*** Dataset extract ***
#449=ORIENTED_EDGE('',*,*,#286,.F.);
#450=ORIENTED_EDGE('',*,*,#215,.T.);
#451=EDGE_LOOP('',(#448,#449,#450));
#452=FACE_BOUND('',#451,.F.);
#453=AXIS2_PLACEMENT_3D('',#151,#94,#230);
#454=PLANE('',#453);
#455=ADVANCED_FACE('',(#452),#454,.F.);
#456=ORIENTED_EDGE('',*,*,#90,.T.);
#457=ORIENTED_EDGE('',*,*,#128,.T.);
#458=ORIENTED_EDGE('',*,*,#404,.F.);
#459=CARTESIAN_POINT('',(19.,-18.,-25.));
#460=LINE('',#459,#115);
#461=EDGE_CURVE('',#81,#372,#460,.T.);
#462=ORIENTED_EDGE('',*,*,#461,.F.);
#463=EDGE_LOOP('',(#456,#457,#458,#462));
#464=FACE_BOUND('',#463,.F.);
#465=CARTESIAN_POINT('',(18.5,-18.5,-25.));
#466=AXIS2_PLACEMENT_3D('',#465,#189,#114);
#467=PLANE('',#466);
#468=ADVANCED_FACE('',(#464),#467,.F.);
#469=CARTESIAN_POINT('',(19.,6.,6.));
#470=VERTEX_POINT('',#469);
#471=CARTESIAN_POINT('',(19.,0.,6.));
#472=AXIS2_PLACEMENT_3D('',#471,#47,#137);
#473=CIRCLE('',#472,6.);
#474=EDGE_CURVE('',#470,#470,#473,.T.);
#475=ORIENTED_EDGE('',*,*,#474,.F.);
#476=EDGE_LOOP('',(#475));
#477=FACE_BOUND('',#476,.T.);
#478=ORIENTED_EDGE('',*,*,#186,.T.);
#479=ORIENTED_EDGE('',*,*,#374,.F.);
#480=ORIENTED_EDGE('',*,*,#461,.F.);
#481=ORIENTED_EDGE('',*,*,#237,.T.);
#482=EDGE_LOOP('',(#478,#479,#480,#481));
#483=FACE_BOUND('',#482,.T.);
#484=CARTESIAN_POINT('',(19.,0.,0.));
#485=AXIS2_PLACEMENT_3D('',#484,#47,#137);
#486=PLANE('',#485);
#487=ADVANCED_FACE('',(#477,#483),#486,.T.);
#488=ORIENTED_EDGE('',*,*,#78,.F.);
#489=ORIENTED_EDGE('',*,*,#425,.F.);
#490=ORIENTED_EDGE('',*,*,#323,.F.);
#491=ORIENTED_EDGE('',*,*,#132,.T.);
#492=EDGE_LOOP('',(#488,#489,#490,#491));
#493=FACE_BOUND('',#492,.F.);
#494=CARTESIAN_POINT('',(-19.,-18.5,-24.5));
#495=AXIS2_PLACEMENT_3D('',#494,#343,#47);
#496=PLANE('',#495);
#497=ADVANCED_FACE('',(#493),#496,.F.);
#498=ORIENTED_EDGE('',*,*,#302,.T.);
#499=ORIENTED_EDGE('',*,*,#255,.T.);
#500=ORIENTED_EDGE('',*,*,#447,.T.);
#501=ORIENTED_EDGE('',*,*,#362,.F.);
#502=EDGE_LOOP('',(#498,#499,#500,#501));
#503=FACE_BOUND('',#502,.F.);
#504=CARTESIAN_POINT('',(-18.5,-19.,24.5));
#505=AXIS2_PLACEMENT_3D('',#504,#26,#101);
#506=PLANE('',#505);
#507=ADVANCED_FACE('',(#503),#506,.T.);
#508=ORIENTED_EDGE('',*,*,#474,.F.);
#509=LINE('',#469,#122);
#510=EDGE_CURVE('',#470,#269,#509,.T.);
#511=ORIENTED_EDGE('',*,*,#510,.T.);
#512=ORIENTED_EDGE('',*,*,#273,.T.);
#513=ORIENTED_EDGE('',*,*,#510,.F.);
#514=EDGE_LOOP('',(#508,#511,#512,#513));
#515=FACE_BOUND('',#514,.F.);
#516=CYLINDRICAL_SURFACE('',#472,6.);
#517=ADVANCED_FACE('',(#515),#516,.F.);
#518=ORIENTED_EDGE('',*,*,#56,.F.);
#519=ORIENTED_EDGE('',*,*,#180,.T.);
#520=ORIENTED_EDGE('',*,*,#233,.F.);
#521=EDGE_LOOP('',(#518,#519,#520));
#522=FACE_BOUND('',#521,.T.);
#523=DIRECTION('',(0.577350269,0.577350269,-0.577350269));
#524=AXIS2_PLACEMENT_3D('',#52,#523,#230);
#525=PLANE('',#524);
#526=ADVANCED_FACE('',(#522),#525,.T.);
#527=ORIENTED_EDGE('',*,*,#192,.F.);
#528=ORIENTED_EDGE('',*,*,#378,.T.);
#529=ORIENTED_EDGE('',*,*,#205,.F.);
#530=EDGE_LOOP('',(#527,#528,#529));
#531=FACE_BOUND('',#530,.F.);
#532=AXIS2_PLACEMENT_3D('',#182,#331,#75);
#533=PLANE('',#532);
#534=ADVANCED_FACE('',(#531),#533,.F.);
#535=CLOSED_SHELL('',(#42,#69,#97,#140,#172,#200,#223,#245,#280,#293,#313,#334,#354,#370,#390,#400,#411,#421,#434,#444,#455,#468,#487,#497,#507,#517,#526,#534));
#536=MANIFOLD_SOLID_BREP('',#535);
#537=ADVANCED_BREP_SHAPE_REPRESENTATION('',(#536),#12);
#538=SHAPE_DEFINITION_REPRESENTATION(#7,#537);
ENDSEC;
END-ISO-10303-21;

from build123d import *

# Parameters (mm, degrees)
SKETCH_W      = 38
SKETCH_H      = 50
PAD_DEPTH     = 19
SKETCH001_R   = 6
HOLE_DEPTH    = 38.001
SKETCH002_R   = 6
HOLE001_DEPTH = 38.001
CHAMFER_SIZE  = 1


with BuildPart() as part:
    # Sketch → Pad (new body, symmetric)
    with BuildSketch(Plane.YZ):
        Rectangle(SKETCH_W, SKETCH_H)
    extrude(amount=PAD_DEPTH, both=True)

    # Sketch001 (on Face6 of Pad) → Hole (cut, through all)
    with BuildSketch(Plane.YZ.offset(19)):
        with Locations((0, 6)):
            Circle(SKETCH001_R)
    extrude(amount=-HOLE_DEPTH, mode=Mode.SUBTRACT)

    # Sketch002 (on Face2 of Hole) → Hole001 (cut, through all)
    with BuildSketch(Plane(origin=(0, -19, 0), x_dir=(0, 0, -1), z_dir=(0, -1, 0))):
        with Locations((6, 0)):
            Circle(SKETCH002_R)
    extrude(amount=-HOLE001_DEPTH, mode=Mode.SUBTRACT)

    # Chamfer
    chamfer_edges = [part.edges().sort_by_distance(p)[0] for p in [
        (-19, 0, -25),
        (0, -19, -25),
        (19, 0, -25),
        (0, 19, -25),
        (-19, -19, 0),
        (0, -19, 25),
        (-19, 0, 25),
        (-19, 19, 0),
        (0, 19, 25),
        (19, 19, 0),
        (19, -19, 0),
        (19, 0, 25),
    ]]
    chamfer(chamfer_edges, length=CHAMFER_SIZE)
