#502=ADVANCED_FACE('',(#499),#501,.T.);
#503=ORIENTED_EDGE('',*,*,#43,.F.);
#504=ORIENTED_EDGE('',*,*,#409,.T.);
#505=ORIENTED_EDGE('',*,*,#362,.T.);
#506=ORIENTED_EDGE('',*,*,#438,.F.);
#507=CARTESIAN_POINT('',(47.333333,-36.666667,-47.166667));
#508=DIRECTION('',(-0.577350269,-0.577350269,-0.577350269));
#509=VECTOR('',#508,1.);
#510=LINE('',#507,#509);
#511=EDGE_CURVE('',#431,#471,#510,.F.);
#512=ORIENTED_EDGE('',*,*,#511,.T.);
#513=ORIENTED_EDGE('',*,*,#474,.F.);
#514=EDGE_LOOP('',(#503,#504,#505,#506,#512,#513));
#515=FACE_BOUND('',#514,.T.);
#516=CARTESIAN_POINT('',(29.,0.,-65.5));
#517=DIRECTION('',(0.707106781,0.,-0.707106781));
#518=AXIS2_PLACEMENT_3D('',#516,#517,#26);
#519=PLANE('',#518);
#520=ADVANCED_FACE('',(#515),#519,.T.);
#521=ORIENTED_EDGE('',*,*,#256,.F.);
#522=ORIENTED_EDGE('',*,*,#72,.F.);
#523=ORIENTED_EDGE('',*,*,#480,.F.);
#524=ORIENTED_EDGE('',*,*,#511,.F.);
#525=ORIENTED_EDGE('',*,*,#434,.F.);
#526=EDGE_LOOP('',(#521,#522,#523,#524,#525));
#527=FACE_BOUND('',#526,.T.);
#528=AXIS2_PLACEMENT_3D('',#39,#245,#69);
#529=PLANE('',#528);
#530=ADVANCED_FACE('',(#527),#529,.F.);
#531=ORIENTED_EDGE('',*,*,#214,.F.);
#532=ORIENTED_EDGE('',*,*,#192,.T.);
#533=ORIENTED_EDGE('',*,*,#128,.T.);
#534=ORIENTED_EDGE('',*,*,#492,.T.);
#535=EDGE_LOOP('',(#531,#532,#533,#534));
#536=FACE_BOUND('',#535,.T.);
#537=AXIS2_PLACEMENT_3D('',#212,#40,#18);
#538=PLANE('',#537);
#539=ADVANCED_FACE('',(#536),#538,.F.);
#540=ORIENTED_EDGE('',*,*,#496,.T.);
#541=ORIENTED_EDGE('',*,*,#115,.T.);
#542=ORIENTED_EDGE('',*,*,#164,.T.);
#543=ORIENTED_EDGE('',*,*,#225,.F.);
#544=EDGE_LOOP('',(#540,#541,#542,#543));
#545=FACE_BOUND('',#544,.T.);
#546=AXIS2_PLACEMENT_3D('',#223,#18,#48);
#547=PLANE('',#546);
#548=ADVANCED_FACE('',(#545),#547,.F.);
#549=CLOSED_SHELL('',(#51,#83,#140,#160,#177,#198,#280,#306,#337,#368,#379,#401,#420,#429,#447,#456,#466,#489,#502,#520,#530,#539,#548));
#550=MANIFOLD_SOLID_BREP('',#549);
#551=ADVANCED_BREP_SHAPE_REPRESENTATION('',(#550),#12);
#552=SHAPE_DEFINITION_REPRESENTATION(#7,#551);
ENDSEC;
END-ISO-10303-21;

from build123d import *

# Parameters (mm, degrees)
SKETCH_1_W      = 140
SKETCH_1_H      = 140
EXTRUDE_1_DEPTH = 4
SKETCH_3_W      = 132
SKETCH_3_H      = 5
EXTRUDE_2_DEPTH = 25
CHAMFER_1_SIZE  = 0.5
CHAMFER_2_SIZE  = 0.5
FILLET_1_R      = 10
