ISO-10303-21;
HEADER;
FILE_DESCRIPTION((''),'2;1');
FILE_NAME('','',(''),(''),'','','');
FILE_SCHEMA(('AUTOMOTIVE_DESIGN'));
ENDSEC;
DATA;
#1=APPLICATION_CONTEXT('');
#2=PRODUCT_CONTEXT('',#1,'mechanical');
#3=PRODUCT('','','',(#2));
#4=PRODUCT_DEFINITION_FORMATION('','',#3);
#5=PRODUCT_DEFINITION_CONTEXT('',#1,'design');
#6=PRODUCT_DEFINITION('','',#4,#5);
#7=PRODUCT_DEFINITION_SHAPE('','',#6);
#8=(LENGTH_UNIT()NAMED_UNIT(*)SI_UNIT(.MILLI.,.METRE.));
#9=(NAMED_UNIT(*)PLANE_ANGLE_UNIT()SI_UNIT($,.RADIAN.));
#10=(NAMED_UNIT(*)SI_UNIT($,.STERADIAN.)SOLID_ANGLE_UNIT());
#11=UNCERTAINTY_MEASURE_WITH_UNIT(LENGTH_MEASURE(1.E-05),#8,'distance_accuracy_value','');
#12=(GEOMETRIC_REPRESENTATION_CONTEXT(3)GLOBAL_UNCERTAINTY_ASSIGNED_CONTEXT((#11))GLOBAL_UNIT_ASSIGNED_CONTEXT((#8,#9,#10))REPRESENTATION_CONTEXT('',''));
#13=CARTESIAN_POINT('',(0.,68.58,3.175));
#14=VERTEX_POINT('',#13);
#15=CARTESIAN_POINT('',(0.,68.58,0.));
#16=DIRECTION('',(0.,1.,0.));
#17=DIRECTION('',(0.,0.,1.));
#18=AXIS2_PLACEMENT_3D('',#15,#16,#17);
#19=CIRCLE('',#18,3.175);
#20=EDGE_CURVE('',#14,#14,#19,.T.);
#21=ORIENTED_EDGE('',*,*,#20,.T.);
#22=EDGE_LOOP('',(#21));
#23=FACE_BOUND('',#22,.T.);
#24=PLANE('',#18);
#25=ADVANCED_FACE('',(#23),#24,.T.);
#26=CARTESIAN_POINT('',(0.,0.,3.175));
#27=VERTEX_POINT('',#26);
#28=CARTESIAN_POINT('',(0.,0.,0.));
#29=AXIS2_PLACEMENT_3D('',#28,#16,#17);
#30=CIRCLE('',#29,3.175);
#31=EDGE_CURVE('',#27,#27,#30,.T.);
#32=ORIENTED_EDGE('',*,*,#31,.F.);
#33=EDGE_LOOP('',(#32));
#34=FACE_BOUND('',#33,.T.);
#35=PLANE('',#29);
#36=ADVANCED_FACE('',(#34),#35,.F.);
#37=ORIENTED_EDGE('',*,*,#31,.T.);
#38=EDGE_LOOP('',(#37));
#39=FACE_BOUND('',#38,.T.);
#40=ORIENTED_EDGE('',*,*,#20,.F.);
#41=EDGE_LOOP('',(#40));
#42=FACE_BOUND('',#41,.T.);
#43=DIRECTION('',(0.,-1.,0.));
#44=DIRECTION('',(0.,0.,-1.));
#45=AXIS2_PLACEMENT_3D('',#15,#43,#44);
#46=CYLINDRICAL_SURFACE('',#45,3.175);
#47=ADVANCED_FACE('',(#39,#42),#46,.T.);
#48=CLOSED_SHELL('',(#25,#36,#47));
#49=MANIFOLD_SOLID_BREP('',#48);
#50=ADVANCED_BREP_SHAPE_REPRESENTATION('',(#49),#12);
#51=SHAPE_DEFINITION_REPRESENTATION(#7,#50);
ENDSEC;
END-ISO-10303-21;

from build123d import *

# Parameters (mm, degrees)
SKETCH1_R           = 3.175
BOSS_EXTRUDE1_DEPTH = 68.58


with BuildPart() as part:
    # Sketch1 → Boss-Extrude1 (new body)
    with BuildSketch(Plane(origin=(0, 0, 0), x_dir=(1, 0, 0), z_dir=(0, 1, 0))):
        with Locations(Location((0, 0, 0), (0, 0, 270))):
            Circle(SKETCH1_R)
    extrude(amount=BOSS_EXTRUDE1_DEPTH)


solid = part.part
*** End of Dataset extract ***
**Exercise instructions**
Transcribe the records above from the line holding "FILE_DESCRIPTION((''),'2;1');" down to the line holding "#17=DIRECTION('',(0.,0.,1.));", inclusive, without adding anything.

**Final answer**
FILE_DESCRIPTION((''),'2;1');
FILE_NAME('','',(''),(''),'','','');
FILE_SCHEMA(('AUTOMOTIVE_DESIGN'));
ENDSEC;
DATA;
#1=APPLICATION_CONTEXT('');
#2=PRODUCT_CONTEXT('',#1,'mechanical');
#3=PRODUCT('','','',(#2));
#4=PRODUCT_DEFINITION_FORMATION('','',#3);
#5=PRODUCT_DEFINITION_CONTEXT('',#1,'design');
#6=PRODUCT_DEFINITION('','',#4,#5);
#7=PRODUCT_DEFINITION_SHAPE('','',#6);
#8=(LENGTH_UNIT()NAMED_UNIT(*)SI_UNIT(.MILLI.,.METRE.));
#9=(NAMED_UNIT(*)PLANE_ANGLE_UNIT()SI_UNIT($,.RADIAN.));
#10=(NAMED_UNIT(*)SI_UNIT($,.STERADIAN.)SOLID_ANGLE_UNIT());
#11=UNCERTAINTY_MEASURE_WITH_UNIT(LENGTH_MEASURE(1.E-05),#8,'distance_accuracy_value','');
#12=(GEOMETRIC_REPRESENTATION_CONTEXT(3)GLOBAL_UNCERTAINTY_ASSIGNED_CONTEXT((#11))GLOBAL_UNIT_ASSIGNED_CONTEXT((#8,#9,#10))REPRESENTATION_CONTEXT('',''));
#13=CARTESIAN_POINT('',(0.,68.58,3.175));
#14=VERTEX_POINT('',#13);
#15=CARTESIAN_POINT('',(0.,68.58,0.));
#16=DIRECTION('',(0.,1.,0.));
#17=DIRECTION('',(0.,0.,1.));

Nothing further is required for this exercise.